Because of its relatively high elevation and its extreme northern latitude, Devon Island supports only a meagre population of muskoxen and small birds and mammals; the island does support hypolith communities. Animal life is concentrated in the Truelove Lowland area of the island, which has a favourable microclimate and supports relatively lush Arctic vegetation. Temperatures during the brief (40 to 55 days) growing season seldom exceed 10 C, and in winter can plunge to as low as -50 C. With a polar desert ecology, Devon Island receives very little precipitation.
Cape Liddon is an important bird area (IBA) notable for its black guillemot and northern fulmar populations. Cape Vera, another IBA site, is also noted for its northern fulmar population.

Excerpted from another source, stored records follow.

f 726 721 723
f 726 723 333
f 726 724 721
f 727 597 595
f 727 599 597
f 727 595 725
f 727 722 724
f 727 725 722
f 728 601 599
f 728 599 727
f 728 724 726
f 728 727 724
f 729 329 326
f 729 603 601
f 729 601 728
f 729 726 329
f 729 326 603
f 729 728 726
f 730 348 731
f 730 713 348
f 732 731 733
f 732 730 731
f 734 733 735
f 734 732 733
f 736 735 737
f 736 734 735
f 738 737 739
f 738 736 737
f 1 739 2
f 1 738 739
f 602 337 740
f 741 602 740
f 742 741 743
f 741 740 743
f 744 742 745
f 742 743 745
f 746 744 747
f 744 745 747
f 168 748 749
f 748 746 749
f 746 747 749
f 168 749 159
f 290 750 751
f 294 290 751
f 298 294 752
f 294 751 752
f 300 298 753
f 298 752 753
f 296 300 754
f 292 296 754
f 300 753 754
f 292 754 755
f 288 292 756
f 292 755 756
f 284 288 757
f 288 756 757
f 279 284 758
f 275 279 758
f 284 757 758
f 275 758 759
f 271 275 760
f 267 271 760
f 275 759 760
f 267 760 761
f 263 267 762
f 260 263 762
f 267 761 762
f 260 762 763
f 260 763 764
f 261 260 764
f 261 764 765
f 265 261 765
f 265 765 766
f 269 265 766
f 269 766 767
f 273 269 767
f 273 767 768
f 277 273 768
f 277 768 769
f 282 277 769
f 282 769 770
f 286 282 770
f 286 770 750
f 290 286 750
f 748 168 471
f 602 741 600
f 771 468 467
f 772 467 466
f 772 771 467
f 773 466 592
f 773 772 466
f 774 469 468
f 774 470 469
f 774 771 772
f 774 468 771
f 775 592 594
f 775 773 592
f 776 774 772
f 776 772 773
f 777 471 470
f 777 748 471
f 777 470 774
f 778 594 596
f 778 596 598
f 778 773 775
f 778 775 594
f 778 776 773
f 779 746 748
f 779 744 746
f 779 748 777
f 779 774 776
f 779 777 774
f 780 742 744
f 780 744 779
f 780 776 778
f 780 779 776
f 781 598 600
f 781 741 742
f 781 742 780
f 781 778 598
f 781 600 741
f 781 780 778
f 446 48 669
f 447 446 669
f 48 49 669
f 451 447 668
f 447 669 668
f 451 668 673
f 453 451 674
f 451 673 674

Devon Island is also notable for the presence of the Haughton impact crater, created some 39 million years ago when a meteorite about 2 km in diameter crashed into what were then forests. The impact left a crater about 23 km in diameter, which was a lake for several million years. A number of fossils have been recovered from Haughton crater lake deposits, including the seal ancestor Puijila darwini and the rhinoceros Epiaceratherium.

==Scientific research==
===Devon Island Research Station===
The Devon Island Research Station was established in 1960 and it is maintained by the Arctic Institute of North America. It is in the Truelove Lowland, on the northeast coast of Devon Island.

===Flashline Mars===
The Flashline Mars Arctic Research Station project entered its third season in 2004. In July 2004, Devon Island became the temporary home for five scientists and two journalists, who were to use the Mars-like environment to simulate living and working on that planet. April 2007 through 21 August 2007 was the longest simulation period and included 20 scientific studies. Earth and Mars science research continues, with three crews and two simulated Mars missions planned for the summer of 2025.

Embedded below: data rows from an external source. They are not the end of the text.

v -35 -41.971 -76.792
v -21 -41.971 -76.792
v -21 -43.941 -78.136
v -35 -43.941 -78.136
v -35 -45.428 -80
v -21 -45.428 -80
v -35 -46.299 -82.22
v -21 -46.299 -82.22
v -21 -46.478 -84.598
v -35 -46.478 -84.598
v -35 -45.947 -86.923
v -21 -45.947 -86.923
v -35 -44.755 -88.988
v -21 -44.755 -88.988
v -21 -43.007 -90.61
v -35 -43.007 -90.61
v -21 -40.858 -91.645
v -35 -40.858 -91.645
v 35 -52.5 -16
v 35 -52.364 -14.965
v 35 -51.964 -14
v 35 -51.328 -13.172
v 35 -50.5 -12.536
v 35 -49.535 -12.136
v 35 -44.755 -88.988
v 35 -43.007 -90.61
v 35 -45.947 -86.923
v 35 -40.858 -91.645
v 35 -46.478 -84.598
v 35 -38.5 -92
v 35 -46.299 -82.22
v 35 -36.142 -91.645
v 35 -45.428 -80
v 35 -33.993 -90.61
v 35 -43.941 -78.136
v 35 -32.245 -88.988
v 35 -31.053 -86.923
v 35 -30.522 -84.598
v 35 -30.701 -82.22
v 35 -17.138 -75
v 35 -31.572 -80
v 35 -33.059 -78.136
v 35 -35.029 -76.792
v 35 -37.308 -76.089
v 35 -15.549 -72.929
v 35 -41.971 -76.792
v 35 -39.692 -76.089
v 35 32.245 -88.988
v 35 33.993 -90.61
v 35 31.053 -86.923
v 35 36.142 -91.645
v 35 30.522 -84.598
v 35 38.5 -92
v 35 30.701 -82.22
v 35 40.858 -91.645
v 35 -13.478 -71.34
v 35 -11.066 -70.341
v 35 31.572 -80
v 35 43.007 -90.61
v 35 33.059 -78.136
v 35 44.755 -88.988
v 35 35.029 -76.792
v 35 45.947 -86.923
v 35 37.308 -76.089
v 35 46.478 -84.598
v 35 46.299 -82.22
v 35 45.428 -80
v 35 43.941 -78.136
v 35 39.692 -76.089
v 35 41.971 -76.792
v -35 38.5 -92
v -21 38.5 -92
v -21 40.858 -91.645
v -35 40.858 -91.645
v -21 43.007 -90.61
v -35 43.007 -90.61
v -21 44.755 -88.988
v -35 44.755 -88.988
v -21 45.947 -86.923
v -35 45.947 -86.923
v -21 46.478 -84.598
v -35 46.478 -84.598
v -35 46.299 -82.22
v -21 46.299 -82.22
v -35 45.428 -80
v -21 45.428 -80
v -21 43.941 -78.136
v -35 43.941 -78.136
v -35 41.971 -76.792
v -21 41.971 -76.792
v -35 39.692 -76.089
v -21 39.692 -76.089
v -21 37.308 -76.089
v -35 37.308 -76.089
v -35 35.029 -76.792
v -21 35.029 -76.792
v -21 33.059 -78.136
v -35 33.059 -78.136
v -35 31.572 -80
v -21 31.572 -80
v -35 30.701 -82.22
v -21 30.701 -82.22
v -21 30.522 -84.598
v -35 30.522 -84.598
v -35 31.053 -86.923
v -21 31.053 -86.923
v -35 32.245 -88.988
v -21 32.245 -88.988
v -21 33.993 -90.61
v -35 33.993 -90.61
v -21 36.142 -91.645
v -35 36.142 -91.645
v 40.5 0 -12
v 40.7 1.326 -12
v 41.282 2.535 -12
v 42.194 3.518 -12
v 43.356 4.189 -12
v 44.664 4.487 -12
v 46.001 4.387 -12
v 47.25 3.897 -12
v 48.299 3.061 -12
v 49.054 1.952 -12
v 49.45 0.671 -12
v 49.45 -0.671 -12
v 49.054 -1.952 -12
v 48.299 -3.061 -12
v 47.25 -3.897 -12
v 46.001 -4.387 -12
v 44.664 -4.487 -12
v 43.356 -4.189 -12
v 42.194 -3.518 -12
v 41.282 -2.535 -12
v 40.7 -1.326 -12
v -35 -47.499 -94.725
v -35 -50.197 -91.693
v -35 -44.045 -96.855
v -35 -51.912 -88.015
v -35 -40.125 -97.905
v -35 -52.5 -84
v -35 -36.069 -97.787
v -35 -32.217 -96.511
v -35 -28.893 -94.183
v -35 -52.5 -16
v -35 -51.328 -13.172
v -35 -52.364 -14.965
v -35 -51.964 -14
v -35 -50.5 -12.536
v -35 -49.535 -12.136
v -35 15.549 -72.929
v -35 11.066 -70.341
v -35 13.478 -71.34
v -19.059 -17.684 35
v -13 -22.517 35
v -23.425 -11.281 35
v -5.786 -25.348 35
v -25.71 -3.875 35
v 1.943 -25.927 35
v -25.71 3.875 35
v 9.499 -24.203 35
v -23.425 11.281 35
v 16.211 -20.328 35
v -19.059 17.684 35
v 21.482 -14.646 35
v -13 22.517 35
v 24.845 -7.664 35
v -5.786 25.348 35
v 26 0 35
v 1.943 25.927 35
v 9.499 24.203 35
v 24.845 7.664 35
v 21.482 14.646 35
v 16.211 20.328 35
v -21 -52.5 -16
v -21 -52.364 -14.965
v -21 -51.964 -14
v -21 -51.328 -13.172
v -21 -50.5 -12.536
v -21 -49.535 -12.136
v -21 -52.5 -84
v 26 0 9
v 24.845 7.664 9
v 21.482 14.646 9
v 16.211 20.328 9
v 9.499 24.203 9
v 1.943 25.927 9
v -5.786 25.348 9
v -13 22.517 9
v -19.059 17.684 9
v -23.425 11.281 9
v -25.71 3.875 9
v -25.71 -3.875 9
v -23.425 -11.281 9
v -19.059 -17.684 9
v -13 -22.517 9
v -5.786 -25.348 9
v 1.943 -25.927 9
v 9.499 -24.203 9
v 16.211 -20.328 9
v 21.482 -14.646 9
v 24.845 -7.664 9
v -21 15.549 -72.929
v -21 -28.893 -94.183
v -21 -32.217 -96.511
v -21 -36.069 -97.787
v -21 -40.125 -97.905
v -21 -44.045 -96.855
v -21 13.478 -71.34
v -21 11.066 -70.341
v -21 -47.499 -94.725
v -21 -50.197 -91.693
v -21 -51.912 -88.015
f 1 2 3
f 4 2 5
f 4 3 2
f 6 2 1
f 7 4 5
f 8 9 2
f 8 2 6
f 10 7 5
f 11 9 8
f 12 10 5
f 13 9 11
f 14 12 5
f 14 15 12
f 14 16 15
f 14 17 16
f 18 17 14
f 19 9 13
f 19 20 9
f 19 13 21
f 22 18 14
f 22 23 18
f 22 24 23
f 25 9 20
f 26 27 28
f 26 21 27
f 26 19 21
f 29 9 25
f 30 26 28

The Haughton crater is now considered one of the world's best Mars analog sites. It is the summer home to NASA's complementary scientific program, the Haughton–Mars Project. The island's freezing temperatures, isolation, and remoteness offer scientists matchless research opportunities. Devon Island's harsh climate and barren terrain endeared it to NASA as the Arctic day and night cycle and restricted communications capabilities offer challenges similar to those presented by long-duration space flights.
HMP has conducted geological, hydrological, botanical, and microbiological studies in this harsh environment since 1997. HMP-2008 was the twelfth field season at Devon Island.
On July 16, 2013, the Canadian Space Agency assigned Canadian astronaut Jeremy Hansen to a secondment with the Centre for Planetary Science and Exploration of the University of Western Ontario at Haughton Crater in preparation for a potential future crewed exploration of Mars, the Moon or the asteroids.

== Conspiracy theories ==
Devon Island has been the subject of allegations by various conspiracy theorists and flat earthers. It has been claimed online that NASA secretly placed Mars rovers there to fool the public into thinking space travel is feasible, or in more extreme views, that Mars is even a real place.